Whoa! lol, was she willing or the opposite?

----------


## Ametam

> How did it taste?



Not great, it was really bloody, and the bones were really crunchy which made a horrible texture. Would not eat again. 

Overall the dish quality was around about 2/10, with the only plus points being the exotic nature of the dish and its strange presentation.

----------


## PsychotiChaos

> Was this shared (lucid) dream accidental? As awkward as you make it sound, how did yall get to talking about it?



Please tell me where you got the "shared" part from? I never said anything about shared dreams.

----------


## TheJester

> Please tell me where you got the "shared" part from? I never said anything about shared dreams.



I think people were replying to djpatch

----------


## Seltiez

> You guys are so tame 
> 
> In one of my lucids, I ripped a DC's head off, and then cannibalised his body, including bones.

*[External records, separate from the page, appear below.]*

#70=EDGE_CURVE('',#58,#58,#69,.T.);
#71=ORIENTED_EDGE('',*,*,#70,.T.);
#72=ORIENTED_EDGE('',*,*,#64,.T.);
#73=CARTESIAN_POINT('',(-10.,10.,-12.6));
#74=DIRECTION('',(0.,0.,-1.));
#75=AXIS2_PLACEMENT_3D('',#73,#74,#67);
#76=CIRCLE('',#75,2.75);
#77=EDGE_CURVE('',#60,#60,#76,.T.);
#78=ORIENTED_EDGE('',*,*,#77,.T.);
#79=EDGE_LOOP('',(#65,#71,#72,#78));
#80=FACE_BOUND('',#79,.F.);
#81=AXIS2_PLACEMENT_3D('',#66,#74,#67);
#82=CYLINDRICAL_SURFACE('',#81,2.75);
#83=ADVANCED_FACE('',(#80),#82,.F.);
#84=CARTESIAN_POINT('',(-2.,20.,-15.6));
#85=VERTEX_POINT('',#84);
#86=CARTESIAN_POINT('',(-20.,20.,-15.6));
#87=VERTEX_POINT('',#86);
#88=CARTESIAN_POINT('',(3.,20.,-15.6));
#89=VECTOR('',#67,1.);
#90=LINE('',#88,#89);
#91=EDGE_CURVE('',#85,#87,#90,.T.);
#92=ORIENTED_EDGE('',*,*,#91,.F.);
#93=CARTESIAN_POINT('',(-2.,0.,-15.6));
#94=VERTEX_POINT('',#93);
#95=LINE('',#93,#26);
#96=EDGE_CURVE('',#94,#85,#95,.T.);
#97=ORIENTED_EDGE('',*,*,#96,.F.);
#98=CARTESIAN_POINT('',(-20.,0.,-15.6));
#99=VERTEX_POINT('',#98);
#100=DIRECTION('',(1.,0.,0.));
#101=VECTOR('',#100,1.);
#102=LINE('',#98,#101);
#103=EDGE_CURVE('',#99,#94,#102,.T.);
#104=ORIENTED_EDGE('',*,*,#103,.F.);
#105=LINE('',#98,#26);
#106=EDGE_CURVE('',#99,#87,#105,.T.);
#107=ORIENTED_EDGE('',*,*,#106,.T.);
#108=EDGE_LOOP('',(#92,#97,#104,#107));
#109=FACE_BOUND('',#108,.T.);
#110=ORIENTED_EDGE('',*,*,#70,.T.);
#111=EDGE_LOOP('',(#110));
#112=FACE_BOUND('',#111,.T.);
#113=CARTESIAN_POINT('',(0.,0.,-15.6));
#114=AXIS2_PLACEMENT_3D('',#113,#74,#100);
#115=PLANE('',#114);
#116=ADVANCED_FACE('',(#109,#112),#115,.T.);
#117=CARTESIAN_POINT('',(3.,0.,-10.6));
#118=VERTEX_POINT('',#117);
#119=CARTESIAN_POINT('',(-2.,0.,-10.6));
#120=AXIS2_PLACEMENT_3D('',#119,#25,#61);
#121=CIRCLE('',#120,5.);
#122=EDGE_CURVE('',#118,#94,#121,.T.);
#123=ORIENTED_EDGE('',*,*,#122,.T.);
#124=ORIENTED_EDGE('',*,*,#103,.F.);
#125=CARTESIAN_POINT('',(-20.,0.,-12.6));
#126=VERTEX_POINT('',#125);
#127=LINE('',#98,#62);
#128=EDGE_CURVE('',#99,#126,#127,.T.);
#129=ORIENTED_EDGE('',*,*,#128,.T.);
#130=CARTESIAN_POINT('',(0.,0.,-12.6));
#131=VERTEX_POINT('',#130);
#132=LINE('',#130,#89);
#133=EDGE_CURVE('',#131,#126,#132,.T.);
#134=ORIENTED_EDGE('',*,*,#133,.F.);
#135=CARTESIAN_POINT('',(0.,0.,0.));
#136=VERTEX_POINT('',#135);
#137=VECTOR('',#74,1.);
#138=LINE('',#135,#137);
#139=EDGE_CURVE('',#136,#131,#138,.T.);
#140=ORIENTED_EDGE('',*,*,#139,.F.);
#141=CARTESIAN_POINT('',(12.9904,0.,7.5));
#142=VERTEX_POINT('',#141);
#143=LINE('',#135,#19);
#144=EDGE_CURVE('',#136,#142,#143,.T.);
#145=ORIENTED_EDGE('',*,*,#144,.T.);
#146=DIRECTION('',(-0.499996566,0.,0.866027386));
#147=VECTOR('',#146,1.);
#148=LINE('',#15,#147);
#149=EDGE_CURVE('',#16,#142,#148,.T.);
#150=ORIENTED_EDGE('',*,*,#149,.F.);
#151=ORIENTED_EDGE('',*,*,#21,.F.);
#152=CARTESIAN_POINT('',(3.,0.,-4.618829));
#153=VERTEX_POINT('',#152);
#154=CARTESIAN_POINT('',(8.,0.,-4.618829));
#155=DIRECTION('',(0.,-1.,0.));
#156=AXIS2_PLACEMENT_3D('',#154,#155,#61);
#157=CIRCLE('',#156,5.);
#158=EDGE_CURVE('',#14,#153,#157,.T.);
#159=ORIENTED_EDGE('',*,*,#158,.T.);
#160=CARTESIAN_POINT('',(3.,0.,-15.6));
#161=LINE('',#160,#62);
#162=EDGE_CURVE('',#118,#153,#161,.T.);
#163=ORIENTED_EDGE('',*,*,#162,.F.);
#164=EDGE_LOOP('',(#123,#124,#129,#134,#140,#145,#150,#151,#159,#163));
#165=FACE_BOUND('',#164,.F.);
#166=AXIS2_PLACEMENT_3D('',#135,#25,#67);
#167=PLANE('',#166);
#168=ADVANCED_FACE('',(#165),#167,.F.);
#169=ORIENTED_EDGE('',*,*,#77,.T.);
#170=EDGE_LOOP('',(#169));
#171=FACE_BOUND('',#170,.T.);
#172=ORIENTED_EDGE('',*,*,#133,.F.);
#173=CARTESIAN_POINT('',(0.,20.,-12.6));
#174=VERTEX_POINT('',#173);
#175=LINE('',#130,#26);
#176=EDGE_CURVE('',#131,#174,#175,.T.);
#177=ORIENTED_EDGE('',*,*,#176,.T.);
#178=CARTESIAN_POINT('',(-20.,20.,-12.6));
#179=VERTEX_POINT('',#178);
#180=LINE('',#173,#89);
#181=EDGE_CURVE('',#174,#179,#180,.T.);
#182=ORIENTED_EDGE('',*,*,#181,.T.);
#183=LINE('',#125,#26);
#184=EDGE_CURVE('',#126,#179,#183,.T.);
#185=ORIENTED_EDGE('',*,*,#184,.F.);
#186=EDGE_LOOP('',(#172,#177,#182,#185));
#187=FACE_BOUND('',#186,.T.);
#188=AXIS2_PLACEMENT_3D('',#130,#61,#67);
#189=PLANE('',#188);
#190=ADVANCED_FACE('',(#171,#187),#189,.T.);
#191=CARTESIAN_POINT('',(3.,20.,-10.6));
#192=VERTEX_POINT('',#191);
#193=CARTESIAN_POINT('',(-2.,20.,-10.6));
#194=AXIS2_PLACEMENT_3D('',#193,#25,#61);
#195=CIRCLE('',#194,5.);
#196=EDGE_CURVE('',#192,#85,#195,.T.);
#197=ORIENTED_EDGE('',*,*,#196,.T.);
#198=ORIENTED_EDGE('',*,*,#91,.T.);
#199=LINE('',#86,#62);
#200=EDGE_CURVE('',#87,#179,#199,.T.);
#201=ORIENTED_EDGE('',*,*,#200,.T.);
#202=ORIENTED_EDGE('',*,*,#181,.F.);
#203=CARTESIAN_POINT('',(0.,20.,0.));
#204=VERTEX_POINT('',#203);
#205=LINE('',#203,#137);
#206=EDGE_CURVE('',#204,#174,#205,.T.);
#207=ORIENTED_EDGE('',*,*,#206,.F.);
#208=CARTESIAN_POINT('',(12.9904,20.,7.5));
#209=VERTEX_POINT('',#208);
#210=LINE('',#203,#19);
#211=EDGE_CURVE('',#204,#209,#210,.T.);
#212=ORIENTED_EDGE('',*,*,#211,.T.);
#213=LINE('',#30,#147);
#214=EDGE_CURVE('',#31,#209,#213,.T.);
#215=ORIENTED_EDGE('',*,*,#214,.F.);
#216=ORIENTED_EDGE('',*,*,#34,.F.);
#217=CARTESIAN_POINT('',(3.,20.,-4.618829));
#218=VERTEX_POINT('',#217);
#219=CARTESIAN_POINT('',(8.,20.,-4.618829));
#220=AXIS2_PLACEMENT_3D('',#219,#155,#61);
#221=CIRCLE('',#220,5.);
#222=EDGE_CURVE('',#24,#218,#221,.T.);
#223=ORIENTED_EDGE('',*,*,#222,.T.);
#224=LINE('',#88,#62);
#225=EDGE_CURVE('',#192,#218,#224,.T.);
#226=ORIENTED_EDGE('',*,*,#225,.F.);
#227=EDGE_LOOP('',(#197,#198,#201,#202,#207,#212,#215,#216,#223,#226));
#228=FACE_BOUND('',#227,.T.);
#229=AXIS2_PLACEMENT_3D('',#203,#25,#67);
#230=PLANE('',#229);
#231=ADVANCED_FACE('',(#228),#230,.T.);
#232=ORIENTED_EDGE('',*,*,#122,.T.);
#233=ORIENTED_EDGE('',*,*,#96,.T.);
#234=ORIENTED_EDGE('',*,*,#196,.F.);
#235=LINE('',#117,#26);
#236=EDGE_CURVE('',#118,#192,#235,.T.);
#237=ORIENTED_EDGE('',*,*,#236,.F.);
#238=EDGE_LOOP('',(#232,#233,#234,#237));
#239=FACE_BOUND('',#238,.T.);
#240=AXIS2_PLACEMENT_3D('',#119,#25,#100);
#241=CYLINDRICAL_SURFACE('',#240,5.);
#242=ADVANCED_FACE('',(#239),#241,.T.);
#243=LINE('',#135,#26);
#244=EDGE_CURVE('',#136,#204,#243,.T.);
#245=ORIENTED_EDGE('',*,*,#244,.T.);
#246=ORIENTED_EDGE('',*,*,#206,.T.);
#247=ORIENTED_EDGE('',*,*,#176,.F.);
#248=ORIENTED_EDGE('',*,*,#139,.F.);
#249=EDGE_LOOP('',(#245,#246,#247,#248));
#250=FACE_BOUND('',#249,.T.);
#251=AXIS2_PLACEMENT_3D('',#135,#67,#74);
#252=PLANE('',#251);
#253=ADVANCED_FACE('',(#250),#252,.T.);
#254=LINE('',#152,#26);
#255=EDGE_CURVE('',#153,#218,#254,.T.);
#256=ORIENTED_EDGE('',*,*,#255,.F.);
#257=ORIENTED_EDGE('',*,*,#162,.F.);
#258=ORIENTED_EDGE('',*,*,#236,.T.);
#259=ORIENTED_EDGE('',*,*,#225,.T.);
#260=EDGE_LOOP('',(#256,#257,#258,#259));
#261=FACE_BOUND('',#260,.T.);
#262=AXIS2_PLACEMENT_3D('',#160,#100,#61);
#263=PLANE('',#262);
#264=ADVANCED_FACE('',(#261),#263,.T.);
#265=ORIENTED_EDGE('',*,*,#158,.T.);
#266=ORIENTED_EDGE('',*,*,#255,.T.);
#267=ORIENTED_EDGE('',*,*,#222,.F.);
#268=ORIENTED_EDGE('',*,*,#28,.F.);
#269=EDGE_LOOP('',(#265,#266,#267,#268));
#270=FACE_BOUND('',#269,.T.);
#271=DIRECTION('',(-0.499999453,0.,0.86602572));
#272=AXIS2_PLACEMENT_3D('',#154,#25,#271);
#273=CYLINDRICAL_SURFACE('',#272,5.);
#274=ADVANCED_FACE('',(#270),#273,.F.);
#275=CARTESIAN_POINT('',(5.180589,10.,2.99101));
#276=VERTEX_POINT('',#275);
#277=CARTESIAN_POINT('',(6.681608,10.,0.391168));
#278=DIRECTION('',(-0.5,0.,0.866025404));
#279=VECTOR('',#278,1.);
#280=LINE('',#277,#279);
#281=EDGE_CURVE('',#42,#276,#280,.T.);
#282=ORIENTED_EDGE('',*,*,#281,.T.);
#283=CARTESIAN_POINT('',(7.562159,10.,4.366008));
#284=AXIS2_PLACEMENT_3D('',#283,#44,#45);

 Thats disgusting. Was it realistic or dreamy experience? I could never do something like it would be too traumatic for me. I also would be scared that what if i hit my head something and began to think those memories where real but thats very unlikely. Do you then have weird fetishes or did you do it from curiosity?

I have had many weird things in dreams but in lucid dream i never have done anything worth mentioning.

----------


## vintage

I remember once I was having sex with a girl but she didn't seem like she was into it.  She wouldn't look at me either.  I didn't really care about her because I knew it wasn't real.  It was very strange.

----------


## Box77

I was having so much sex once, that the DC was hanging from me as a kind sex toy and from time to time I remembered to shake her until I felt it was enough, then I walked here and there looking for some others things to do until I wanted to feel more and shake her again and again...

----------


## woblybil

> I was having so much sex once, that the DC was hanging from me as a kind sex toy and from time to time I remembered to shake her until I felt it was enough, then I walked here and there looking for some others things to do until I wanted to feel more and shake her again and again...





Whew, I thought I was alone.......  ::banana::

----------


## Saizaphod

> Lol what is your gender? Not trying to sound like a pervert but details plz lol



I'm a male. Well I was in my room lucid and it was really dark and I tumbled down to the floor from my bed. I saw myself naked under my bed and the figure was kinda scary so I invited him(me) to have sex with me, eh  ::lol::  It was a blast though, felt really good to be honest . No more details for you mister  ::roll::

----------


## Claws

I had sex with a mermaid underwater once. Do not ask how I did it because I have not idea how that is even possible lol.

----------


## Sibyline

I met this gorgeous DC, and it was love at first sight. Then he showed up again in a second dream, and I decided it was time for sex. Unfortunately, it wasn't very good, and then this happened:





> I held on to his shoulders as he wordlessly communicated that he was too scared of the soldiers outside to be able to perform. I tried to convince him to trust me, that there was no real danger... tiptoeing around telling him the truth because I didn't want to spoil his innocence, so I only said things like, "As long as you're with me, you have nothing to fear. They won't hurt us. You're safe with me." But he wasn't convinced. Annoyed and unsatisfied, I told him to go downstairs and "sell me". He looked at me incredulously. Annoyed, I told him in no uncertain terms to go downstairs and find me someone who could get the job done.
> 
> He left, leaving the door open. The soldiers were gone, and in their place were some random people in 1950's clothing walking past the door. I lay on the bed, aware of being naked but not caring.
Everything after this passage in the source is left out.